При съемках кинофильма «Дети капитана Гранта» по ходу развития действия следовало показать, как четыре отважных путешественника совершают перевал через Кордильеры.
Подход к Кордильерам снимался на Северном Кавказе, в Чегемском ущелье, на фоне снежных вершин, в августе месяце. Проход по снежным вершинам снимался в феврале следующего года под Ленинградом, на Парголовских холмах, причем там же я, исполнитель роли Паганеля, проваливался в хижину, занесенную снегом. И только в мае, на этот раз уже в Москве, на студии «Мосфильм», снимался последующий эпизод, в котором я попадал внутрь самой хижины. Если бы во время этих съемок мне не удалось сохранить эмоциональную взаимосвязь трех кусков единой сцены, заснятых в разные сроки, эпизод было бы невозможно смонтировать. Другой, еще более наглядный,
пример связан с киносъемками «Петра Первого».
В сцене ссоры и драки царевича Алексея с Евфросинией, достигавшей большого эмоционального напряжения, приходилось мучительно преодолевать трудности из-за дробления сцены на многочисленные кадры, которые, в свою очередь, делились на мельчайшие детали, снимавшиеся в разное время, с большими перерывами.

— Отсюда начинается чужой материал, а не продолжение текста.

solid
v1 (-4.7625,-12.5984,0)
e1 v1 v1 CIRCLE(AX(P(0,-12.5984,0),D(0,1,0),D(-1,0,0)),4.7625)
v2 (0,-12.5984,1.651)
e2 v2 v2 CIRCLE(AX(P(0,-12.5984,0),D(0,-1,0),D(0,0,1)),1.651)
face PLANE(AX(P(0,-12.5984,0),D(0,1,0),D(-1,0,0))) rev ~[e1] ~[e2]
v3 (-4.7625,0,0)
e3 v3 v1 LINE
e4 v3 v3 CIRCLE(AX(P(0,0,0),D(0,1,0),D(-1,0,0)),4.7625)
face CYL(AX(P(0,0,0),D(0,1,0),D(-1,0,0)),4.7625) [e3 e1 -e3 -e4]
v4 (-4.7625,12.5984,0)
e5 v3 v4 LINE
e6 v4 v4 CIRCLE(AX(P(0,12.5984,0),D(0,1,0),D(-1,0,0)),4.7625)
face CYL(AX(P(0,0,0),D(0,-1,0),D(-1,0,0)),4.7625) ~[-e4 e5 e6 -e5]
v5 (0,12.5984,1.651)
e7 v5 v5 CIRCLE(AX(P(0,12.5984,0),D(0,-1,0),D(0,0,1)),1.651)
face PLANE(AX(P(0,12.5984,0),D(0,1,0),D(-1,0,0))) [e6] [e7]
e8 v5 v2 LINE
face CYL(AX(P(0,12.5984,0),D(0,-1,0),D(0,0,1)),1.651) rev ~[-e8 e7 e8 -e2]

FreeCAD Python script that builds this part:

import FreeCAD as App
import Part
import Sketcher
Q = App.Units.Quantity

doc = App.newDocument("Part")
params = doc.addObject("Spreadsheet::Sheet", "Params")
for row, (alias, value) in enumerate([
    ("sketch1_diameter", "0.375 in"),
    ("pad1_length", "0.992 in"),
    ("sketch2_diameter", "0.13 in"),
    ("hole_diameter", "0.13 in"),
], start=1):
    params.set(f"A{row}", alias)
    params.set(f"B{row}", "=" + value)
    params.setAlias(f"B{row}", alias)

body = doc.addObject("PartDesign::Body", "Body")

# Sketch on XZ plane
sketch1 = body.newObject("Sketcher::SketchObject", "Sketch")
sketch1.AttachmentSupport = (doc.getObject("XZ_Plane"), [""])
sketch1.MapMode = "FlatFace"
sketch1.addGeometry(Part.Circle(App.Vector(0, 0, 0), App.Vector(0, 0, 1), 4.8), False)
sketch1.addConstraint([
    Sketcher.Constraint("Coincident", 0, 3, -1, 1),
    Sketcher.Constraint("Diameter", 0, Q("0.375 in")),
])
sketch1.setExpression("Constraints[1]", "Params.sketch1_diameter")
pad1 = body.newObject("PartDesign::Pad", "Pad")
pad1.Profile = sketch1
pad1.setExpression("Length", "Params.pad1_length")
pad1.Midplane = True

# Sketch on XZ plane
sketch2 = body.newObject("Sketcher::SketchObject", "Sketch001")
sketch2.AttachmentSupport = (doc.getObject("XZ_Plane"), [""])
sketch2.MapMode = "FlatFace"
sketch2.AttachmentOffset = App.Placement(App.Vector(0, 0, -0.496 * 25.4), App.Rotation())
sketch2.addGeometry(Part.Circle(App.Vector(0, 0, 0), App.Vector(0, 0, 1), 1.7), False)
sketch2.addConstraint([
    Sketcher.Constraint("Coincident", 0, 3, -1, 1),
    Sketcher.Constraint("Diameter", 0, Q("0.13 in")),
])
sketch2.setExpression("Constraints[1]", "Params.sketch2_diameter")
doc.recompute()
hole = body.newObject("PartDesign::Hole", "Hole")
hole.Profile = sketch2
hole.ThreadType = "None"
hole.setExpression("Diameter", "Params.hole_diameter")
hole.DepthType = "ThroughAll"
hole.Reversed = True

doc.recompute()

За пять дней января мы сняли сцену в спальне, раздробленную на мелкие кадры разных планов. Сцена кончалась тем, что Евфросиния вырывалась от Алексея и бежала через комнаты, и только тогда царевич понимал, что совершил недостойный поступок, ударив ее по лицу.
Пробег Алексея за Евфросинией по анфиладе комнат снимался два месяца спустя, в марте, когда соответственно плану, была отстроена декорация. Дальнейший пробег Евфросинии, а потом Алексея вдогонку за ней по мраморной лестнице снимался в августе в городе Пушкине, в Камероновой галерее. Мы должны были «без разбега», «без трамплина» включиться в то эмоциональное состояние, в котором находились пять месяцев назад. Наконец, финал той же сцены, в котором Алексей, стоя на коленях, просит прощения у Евфросинии, снимался в павильоне значительно позже. Наша задача заключалась в том, чтобы привнести в эти финальные кадры то же самое состояние, в котором мы начали сцену восемь месяцев назад. Финал был очень трудный еще и потому, что в самых последних кадрах царевич Алексей впадал в истерическое состояние. В интересах композиции кадра кинооператор ставил меня порой в очень неудобное положение, которое мне надлежало оправдывать, и в таких условиях по требованию режиссера вызывать на глаза слезы.

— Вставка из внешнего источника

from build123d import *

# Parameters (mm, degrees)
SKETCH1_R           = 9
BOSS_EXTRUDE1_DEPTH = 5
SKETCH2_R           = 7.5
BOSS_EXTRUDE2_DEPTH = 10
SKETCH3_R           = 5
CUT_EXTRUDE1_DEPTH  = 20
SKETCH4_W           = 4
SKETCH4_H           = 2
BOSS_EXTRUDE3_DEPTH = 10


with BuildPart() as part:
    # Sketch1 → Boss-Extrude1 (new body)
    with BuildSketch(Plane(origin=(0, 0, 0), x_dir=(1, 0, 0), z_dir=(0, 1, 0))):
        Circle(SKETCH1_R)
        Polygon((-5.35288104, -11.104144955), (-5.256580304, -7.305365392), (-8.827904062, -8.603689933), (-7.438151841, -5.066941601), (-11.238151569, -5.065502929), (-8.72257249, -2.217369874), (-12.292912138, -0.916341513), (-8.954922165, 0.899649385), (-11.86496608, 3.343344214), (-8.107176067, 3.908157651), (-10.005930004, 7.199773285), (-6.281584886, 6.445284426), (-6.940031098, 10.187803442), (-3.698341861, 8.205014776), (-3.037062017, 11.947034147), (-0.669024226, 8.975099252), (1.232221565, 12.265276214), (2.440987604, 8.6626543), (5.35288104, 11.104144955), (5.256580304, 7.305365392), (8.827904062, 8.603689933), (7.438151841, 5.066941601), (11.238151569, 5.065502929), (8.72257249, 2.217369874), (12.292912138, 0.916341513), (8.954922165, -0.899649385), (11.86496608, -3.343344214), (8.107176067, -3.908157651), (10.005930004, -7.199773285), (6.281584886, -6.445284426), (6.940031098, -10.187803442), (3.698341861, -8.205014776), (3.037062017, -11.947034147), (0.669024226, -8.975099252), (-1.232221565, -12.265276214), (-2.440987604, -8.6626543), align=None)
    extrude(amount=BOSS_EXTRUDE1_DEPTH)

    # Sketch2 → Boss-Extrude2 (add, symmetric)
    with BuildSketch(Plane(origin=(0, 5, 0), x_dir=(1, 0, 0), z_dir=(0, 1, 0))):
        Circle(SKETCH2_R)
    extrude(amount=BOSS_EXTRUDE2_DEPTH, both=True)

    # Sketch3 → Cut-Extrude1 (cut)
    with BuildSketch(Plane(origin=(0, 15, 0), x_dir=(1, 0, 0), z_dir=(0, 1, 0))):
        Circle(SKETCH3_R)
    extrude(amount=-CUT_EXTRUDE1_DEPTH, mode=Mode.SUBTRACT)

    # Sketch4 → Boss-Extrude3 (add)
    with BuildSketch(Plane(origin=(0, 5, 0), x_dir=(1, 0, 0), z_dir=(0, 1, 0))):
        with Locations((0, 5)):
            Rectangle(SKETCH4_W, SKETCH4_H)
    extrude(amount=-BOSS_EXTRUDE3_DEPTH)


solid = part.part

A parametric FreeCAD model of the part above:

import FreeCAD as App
import Part
import Sketcher
Q = App.Units.Quantity

doc = App.newDocument("Part")
body = doc.addObject("PartDesign::Body", "Body")

sketch1 = doc.addObject("Sketcher::SketchObject", "Sketch")
body.addObject(sketch1)
sketch1.AttachmentSupport = (doc.XZ_Plane, [""])
sketch1.MapMode = "FlatFace"
sketch1.addGeometry(Part.LineSegment(App.Vector(9, 0.9, 0), App.Vector(12.3, -0.9, 0)), False)
sketch1.addGeometry(Part.LineSegment(App.Vector(12.3, -0.9, 0), App.Vector(8.7, -2.2, 0)), False)
sketch1.addGeometry(Part.LineSegment(App.Vector(8.7, -2.2, 0), App.Vector(11.2, -5.1, 0)), False)
sketch1.addGeometry(Part.LineSegment(App.Vector(11.2, -5.1, 0), App.Vector(7.4, -5.1, 0)), False)
sketch1.addGeometry(Part.LineSegment(App.Vector(7.4, -5.1, 0), App.Vector(8.8, -8.6, 0)), False)
sketch1.addGeometry(Part.LineSegment(App.Vector(8.8, -8.6, 0), App.Vector(5.3, -7.3, 0)), False)
sketch1.addGeometry(Part.LineSegment(App.Vector(5.3, -7.3, 0), App.Vector(5.4, -11.1, 0)), False)
sketch1.addGeometry(Part.LineSegment(App.Vector(5.4, -11.1, 0), App.Vector(2.4, -8.7, 0)), False)
sketch1.addGeometry(Part.LineSegment(App.Vector(2.4, -8.7, 0), App.Vector(1.2, -12.3, 0)), False)
sketch1.addGeometry(Part.LineSegment(App.Vector(1.2, -12.3, 0), App.Vector(-0.7, -9, 0)), False)
sketch1.addGeometry(Part.LineSegment(App.Vector(-0.7, -9, 0), App.Vector(-3, -11.9, 0)), False)
sketch1.addGeometry(Part.LineSegment(App.Vector(-3, -11.9, 0), App.Vector(-3.7, -8.2, 0)), False)
sketch1.addGeometry(Part.LineSegment(App.Vector(-3.7, -8.2, 0), App.Vector(-6.9, -10.2, 0)), False)
sketch1.addGeometry(Part.LineSegment(App.Vector(-6.9, -10.2, 0), App.Vector(-6.3, -6.4, 0)), False)
sketch1.addGeometry(Part.LineSegment(App.Vector(-6.3, -6.4, 0), App.Vector(-10, -7.2, 0)), False)
sketch1.addGeometry(Part.LineSegment(App.Vector(-10, -7.2, 0), App.Vector(-8.1, -3.9, 0)), False)
sketch1.addGeometry(Part.LineSegment(App.Vector(-8.1, -3.9, 0), App.Vector(-11.9, -3.3, 0)), False)
sketch1.addGeometry(Part.LineSegment(App.Vector(-11.9, -3.3, 0), App.Vector(-9, -0.9, 0)), False)
sketch1.addGeometry(Part.LineSegment(App.Vector(-9, -0.9, 0), App.Vector(-12.3, 0.9, 0)), False)
sketch1.addGeometry(Part.LineSegment(App.Vector(-12.3, 0.9, 0), App.Vector(-8.7, 2.2, 0)), False)
sketch1.addGeometry(Part.LineSegment(App.Vector(-8.7, 2.2, 0), App.Vector(-11.2, 5.1, 0)), False)
sketch1.addGeometry(Part.LineSegment(App.Vector(-11.2, 5.1, 0), App.Vector(-7.4, 5.1, 0)), False)
sketch1.addGeometry(Part.LineSegment(App.Vector(-7.4, 5.1, 0), App.Vector(-8.8, 8.6, 0)), False)
sketch1.addGeometry(Part.LineSegment(App.Vector(-8.8, 8.6, 0), App.Vector(-5.3, 7.3, 0)), False)
sketch1.addGeometry(Part.LineSegment(App.Vector(-5.3, 7.3, 0), App.Vector(-5.4, 11.1, 0)), False)
sketch1.addGeometry(Part.LineSegment(App.Vector(-5.4, 11.1, 0), App.Vector(-2.4, 8.7, 0)), False)
sketch1.addGeometry(Part.LineSegment(App.Vector(-2.4, 8.7, 0), App.Vector(-1.2, 12.3, 0)), False)
sketch1.addGeometry(Part.LineSegment(App.Vector(-1.2, 12.3, 0), App.Vector(0.7, 9, 0)), False)
sketch1.addGeometry(Part.LineSegment(App.Vector(0.7, 9, 0), App.Vector(3, 11.9, 0)), False)
sketch1.addGeometry(Part.LineSegment(App.Vector(3, 11.9, 0), App.Vector(3.7, 8.2, 0)), False)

Таким образом, при съемках одной и той же сцены, разобщенных длительными перерывами, нам необходимо было последовательно попадать в ту точку эмоционального подъема, в какой мы находились к концу предыдущей киносъемки, дабы кровеносные сосуды единых по содержанию, но разобщенных по времени съемки кинокадров могли соединиться в единое целое, представить собой живое гармоничное тело.
Приведенный пример вскрывает одну из особенностей технологии работы актера в кино, совершенно незнакомую актеру драмы.